La première conséquence concrète pour les ménages, c’est l’inflation. Et donc une nouvelle pression sur le pouvoir d’achat. Le risque est d’autant plus important que la consommation reste l’un des principaux moteurs de la croissance française. Les légumes frais ont déjà augmenté de 14%. La canicule ne s’arrête donc pas avec la fin de l’été : elle s'invite aussi dans les courses des Français, avec des effets qui pourraient se prolonger pendant l’hiver.

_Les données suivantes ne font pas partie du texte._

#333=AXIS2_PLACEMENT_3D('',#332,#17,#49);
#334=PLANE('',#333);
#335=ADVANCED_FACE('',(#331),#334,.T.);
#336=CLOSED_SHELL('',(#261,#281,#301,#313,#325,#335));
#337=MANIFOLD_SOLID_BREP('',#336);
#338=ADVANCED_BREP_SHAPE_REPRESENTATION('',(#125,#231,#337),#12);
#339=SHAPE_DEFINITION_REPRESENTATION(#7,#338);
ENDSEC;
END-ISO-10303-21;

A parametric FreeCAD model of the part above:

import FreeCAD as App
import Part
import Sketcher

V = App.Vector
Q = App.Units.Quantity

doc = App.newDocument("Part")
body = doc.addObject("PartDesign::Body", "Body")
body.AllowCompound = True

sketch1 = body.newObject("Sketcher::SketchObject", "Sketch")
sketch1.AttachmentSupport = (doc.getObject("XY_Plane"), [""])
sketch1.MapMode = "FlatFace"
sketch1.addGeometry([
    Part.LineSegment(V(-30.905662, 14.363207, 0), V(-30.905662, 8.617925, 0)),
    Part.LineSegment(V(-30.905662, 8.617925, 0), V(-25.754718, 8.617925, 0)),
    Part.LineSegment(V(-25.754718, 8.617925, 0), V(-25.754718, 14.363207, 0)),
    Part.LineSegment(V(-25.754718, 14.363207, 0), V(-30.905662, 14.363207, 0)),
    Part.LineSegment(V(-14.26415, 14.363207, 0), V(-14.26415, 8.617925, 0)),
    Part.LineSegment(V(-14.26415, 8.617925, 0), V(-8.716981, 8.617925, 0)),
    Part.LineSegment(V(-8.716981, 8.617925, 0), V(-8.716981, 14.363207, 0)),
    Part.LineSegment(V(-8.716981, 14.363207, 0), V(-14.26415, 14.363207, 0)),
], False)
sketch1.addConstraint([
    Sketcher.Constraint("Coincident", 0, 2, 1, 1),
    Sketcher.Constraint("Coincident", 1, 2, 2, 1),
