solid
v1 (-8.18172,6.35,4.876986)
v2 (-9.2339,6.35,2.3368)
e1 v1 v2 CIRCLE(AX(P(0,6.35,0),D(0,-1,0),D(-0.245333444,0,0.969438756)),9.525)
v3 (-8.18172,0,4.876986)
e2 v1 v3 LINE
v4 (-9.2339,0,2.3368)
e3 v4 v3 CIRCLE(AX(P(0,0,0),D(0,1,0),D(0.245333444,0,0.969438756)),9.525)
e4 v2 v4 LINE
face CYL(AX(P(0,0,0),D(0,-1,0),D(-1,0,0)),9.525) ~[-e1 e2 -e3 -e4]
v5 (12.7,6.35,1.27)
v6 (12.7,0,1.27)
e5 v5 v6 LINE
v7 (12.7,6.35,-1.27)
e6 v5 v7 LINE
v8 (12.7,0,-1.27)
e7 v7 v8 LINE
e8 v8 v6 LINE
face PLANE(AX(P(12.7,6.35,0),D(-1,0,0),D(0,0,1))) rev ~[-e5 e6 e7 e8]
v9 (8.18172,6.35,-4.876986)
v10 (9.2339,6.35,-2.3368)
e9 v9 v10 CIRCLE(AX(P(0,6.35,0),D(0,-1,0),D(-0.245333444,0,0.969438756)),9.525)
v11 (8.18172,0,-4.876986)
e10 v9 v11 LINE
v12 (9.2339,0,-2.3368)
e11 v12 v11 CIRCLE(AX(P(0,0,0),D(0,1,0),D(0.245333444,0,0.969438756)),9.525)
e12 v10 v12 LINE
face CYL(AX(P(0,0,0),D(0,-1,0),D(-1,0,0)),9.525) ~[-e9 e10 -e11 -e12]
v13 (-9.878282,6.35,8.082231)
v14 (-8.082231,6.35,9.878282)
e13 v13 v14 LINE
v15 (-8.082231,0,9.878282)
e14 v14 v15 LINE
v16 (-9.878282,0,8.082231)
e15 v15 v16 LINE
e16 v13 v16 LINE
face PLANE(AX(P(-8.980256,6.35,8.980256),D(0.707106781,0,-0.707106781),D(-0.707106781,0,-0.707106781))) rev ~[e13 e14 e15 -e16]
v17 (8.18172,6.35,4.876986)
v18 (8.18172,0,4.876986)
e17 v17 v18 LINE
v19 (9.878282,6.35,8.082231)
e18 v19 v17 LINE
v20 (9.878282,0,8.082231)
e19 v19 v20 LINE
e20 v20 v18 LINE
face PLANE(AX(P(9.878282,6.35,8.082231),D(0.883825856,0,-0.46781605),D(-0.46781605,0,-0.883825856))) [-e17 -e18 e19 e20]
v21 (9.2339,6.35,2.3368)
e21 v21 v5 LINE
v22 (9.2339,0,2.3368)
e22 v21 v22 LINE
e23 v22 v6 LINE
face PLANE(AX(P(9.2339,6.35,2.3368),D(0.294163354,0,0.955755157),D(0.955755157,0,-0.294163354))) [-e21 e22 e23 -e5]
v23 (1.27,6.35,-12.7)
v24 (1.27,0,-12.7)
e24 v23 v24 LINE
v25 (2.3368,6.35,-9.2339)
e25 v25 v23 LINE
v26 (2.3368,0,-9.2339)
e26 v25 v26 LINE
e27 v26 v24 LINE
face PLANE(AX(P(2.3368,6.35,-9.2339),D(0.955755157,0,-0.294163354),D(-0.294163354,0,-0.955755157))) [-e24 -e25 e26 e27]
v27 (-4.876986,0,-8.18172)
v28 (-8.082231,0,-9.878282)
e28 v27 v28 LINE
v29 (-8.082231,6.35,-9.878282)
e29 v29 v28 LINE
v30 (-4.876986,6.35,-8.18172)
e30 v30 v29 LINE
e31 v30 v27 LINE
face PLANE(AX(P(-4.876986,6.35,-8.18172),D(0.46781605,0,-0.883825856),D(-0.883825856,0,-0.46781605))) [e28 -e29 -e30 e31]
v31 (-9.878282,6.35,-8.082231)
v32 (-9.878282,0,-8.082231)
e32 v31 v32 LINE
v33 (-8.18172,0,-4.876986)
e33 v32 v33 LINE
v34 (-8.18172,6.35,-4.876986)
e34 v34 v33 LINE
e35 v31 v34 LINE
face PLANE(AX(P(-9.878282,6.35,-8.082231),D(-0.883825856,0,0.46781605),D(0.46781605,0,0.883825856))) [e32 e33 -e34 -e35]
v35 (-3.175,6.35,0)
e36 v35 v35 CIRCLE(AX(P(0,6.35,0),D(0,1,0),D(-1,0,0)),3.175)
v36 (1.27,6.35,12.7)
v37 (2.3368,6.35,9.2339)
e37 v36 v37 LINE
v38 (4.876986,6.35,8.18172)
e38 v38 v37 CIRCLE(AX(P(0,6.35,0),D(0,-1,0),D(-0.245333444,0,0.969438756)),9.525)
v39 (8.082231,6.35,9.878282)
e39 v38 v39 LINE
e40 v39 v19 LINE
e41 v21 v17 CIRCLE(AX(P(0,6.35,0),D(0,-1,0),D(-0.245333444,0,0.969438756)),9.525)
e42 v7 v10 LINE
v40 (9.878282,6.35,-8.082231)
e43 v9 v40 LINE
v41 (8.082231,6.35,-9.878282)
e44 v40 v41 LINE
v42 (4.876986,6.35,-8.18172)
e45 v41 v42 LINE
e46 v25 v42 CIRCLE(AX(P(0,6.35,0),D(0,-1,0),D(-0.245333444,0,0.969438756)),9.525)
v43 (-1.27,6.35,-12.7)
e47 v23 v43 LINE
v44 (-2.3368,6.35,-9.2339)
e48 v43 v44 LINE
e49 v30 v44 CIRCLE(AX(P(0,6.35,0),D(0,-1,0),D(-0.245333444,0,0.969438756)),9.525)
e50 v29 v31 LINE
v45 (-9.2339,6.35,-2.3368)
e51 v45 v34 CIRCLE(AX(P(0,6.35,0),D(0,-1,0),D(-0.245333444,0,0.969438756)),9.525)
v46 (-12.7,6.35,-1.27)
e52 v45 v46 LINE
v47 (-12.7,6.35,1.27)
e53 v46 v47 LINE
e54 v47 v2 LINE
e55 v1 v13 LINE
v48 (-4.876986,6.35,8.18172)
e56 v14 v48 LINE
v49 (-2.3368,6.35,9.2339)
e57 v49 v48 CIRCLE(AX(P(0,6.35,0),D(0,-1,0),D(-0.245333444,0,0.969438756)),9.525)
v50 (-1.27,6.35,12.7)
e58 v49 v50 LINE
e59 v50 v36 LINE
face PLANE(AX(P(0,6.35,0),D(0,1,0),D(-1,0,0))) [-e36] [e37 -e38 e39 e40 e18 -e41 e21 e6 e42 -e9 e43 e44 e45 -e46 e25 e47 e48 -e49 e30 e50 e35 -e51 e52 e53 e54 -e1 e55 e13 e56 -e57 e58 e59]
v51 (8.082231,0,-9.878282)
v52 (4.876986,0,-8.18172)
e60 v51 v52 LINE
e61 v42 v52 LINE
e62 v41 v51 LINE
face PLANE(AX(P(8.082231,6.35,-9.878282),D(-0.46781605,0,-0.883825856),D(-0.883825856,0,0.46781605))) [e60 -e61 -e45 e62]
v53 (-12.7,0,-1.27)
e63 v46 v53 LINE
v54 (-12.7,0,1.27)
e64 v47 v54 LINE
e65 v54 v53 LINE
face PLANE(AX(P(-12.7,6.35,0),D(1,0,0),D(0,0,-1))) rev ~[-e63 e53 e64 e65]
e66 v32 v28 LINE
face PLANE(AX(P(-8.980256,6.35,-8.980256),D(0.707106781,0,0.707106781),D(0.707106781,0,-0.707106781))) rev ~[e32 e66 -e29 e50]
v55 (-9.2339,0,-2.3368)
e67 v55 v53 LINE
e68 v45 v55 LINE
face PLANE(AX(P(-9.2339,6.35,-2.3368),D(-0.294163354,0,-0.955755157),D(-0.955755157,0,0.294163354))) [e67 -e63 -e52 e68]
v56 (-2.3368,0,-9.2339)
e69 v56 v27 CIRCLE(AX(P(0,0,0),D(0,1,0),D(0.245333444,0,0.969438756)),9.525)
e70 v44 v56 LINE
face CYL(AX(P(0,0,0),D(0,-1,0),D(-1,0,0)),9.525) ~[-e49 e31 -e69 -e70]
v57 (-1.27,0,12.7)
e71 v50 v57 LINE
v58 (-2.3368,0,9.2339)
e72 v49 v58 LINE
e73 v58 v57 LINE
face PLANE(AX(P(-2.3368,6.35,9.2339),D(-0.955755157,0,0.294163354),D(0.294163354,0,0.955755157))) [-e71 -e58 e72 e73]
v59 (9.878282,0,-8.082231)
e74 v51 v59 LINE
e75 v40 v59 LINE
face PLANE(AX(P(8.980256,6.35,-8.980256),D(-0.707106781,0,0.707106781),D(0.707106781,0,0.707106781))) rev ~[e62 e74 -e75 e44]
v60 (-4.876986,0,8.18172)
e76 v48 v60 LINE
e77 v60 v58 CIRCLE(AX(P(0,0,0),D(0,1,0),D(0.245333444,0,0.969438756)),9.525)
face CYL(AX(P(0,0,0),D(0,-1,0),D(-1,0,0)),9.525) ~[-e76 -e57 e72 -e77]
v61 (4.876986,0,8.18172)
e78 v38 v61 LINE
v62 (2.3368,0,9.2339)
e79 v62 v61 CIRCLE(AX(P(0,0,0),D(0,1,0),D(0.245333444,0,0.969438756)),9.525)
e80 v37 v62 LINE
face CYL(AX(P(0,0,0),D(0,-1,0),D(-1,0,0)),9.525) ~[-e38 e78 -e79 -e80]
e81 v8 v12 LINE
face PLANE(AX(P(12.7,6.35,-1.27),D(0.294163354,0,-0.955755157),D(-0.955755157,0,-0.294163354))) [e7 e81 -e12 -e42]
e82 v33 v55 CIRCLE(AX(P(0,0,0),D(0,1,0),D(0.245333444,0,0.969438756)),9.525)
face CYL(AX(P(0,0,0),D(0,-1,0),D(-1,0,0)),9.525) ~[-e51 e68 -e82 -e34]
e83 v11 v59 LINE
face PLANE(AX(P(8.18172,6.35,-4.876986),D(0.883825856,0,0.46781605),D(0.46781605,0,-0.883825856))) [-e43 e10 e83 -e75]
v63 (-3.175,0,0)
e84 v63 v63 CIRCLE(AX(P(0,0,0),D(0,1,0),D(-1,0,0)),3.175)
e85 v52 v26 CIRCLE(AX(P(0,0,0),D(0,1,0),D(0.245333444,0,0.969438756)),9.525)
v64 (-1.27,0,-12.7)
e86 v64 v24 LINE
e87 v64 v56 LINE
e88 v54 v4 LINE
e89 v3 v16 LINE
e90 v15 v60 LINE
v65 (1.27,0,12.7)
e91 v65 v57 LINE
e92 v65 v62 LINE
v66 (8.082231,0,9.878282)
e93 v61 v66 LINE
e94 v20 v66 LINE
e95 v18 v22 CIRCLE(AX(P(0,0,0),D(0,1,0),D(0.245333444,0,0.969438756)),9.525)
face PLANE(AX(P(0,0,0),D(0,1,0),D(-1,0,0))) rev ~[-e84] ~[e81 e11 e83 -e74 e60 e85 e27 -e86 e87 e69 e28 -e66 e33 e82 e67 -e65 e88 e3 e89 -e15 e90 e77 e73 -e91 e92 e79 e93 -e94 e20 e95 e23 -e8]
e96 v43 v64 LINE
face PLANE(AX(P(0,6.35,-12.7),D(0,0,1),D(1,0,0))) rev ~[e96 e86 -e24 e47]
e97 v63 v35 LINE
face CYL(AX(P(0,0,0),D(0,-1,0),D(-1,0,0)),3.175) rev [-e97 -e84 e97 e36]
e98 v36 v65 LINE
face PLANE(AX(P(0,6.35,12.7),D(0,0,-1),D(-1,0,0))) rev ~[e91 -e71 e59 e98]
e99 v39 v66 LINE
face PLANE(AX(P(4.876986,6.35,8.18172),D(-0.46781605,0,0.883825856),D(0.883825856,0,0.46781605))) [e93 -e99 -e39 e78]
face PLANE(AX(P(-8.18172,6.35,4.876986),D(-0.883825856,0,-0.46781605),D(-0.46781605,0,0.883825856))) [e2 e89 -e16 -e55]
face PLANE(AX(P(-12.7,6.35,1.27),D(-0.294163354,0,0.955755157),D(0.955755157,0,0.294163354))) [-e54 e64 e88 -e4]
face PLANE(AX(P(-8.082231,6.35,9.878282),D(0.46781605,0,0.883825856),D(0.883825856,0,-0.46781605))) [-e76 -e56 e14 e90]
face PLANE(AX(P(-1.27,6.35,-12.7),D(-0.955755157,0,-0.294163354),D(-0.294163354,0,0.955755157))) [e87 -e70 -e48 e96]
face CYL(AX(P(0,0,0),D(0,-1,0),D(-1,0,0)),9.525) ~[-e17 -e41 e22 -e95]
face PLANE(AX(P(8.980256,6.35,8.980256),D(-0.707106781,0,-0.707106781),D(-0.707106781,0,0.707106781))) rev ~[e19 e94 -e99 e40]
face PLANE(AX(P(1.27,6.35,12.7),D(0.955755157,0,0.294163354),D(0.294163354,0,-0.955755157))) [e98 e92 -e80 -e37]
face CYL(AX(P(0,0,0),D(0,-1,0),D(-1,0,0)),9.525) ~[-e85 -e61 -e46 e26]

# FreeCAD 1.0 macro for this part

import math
import FreeCAD as App
import Part
import Sketcher

V = App.Vector
Q = App.Units.Quantity

doc = App.newDocument("Part")
body = doc.addObject("PartDesign::Body", "Body")

# Sketch on XZ plane
sketch1 = doc.addObject("Sketcher::SketchObject", "Sketch")
body.addObject(sketch1)
sketch1.AttachmentSupport = (doc.XZ_Plane, [""])
sketch1.MapMode = "FlatFace"
sketch1.addGeometry(Part.Circle(V(0, 0, 0), V(0, 0, 1), 9.5), False)
sketch1.addGeometry(Part.Circle(V(0, 0, 0), V(0, 0, 1), 3.2), False)
sketch1.addConstraint(Sketcher.Constraint("Coincident", 0, 3, -1, 1))
sketch1.addConstraint(Sketcher.Constraint("Coincident", 1, 3, -1, 1))
sketch1.addConstraint(Sketcher.Constraint("Diameter", 0, Q("0.75 in")))
sketch1.addConstraint(Sketcher.Constraint("Diameter", 1, Q("0.25 in")))
pad1 = doc.addObject("PartDesign::Pad", "Pad")
body.addObject(pad1)
pad1.Profile = sketch1
pad1.Length = Q("0.25 in")
pad1.Reversed = True

# Sketch on XZ plane
sketch2 = doc.addObject("Sketcher::SketchObject", "Sketch001")
body.addObject(sketch2)
sketch2.AttachmentSupport = (doc.XZ_Plane, [""])
sketch2.MapMode = "FlatFace"
sketch2.AttachmentOffset = App.Placement(V(0, 0, -0.25 * 25.4), App.Rotation())
sketch2.addGeometry(Part.LineSegment(V(-2.3, 9.2, 0), V(-1.3, 12.7, 0)), False)
sketch2.addGeometry(Part.LineSegment(V(-1.3, 12.7, 0), V(1.3, 12.7, 0)), False)
sketch2.addGeometry(Part.LineSegment(V(1.3, 12.7, 0), V(2.3, 9.2, 0)), False)
sketch2.addGeometry(Part.ArcOfCircle(Part.Circle(V(0, 0, 0), V(0, 0, 1), 9.5), math.radians(76), math.radians(104)), False)
sketch2.addConstraint(Sketcher.Constraint("Coincident", 0, 2, 1, 1))
sketch2.addConstraint(Sketcher.Constraint("Coincident", 1, 2, 2, 1))
sketch2.addConstraint(Sketcher.Constraint("Coincident", 2, 2, 3, 1))
sketch2.addConstraint(Sketcher.Constraint("Coincident", 3, 2, 0, 1))
sketch2.addConstraint(Sketcher.Constraint("Horizontal", 1))
sketch2.addConstraint(Sketcher.Constraint("Coincident", 3, 3, -1, 1))
sketch2.addConstraint(Sketcher.Constraint("Horizontal", 2, 2, 3, 2))
sketch2.addConstraint(Sketcher.Constraint("Equal", 0, 2))
sketch2.addConstraint(Sketcher.Constraint("DistanceX", 0, 2, -1, 1, Q("0.05 in")))
sketch2.addConstraint(Sketcher.Constraint("Radius", 3, Q("0.375 in")))
sketch2.addConstraint(Sketcher.Constraint("DistanceX", 3, 2, 2, 2, Q("0.184 in")))
sketch2.addConstraint(Sketcher.Constraint("DistanceY", -1, 1, 0, 2, Q("0.5 in")))
pad2 = doc.addObject("PartDesign::Pad", "Pad001")
body.addObject(pad2)
pad2.Profile = sketch2
pad2.Length = Q("0.25 in")
doc.recompute()

polarpattern = doc.addObject("PartDesign::PolarPattern", "PolarPattern")
body.addObject(polarpattern)
polarpattern.Originals = [pad2]
polarpattern.Axis = (doc.Y_Axis, [""])
polarpattern.Angle = 360
polarpattern.Occurrences = 8
body.Tip = polarpattern

doc.recompute()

À cela s'ajoutent des conséquences plus difficiles à chiffrer, mais potentiellement lourdes. Il y a d'abord le coût des incendies, qui finira par se retrouver dans les primes d’assurance. Il y a aussi les travaux à engager dans les maisons fissurées par la sécheresse.

Autre facteur de fragilité : la remontée des taux d’intérêt. Et la situation pourrait encore se tendre si la France tombait en récession. Des taux plus élevés pénalisent les crédits immobiliers, mais aussi les investissements des entreprises. Or, ce sont précisément ces investissements qui conditionnent les emplois et la croissance de demain.

En résumé, la France est comme un avion dont les deux moteurs viennent de s'arrêter. Il n'y a pas encore de crash. Mais la trajectoire s'est brutalement dégradée, et le pays avance désormais comme un planeur baladé par le vent.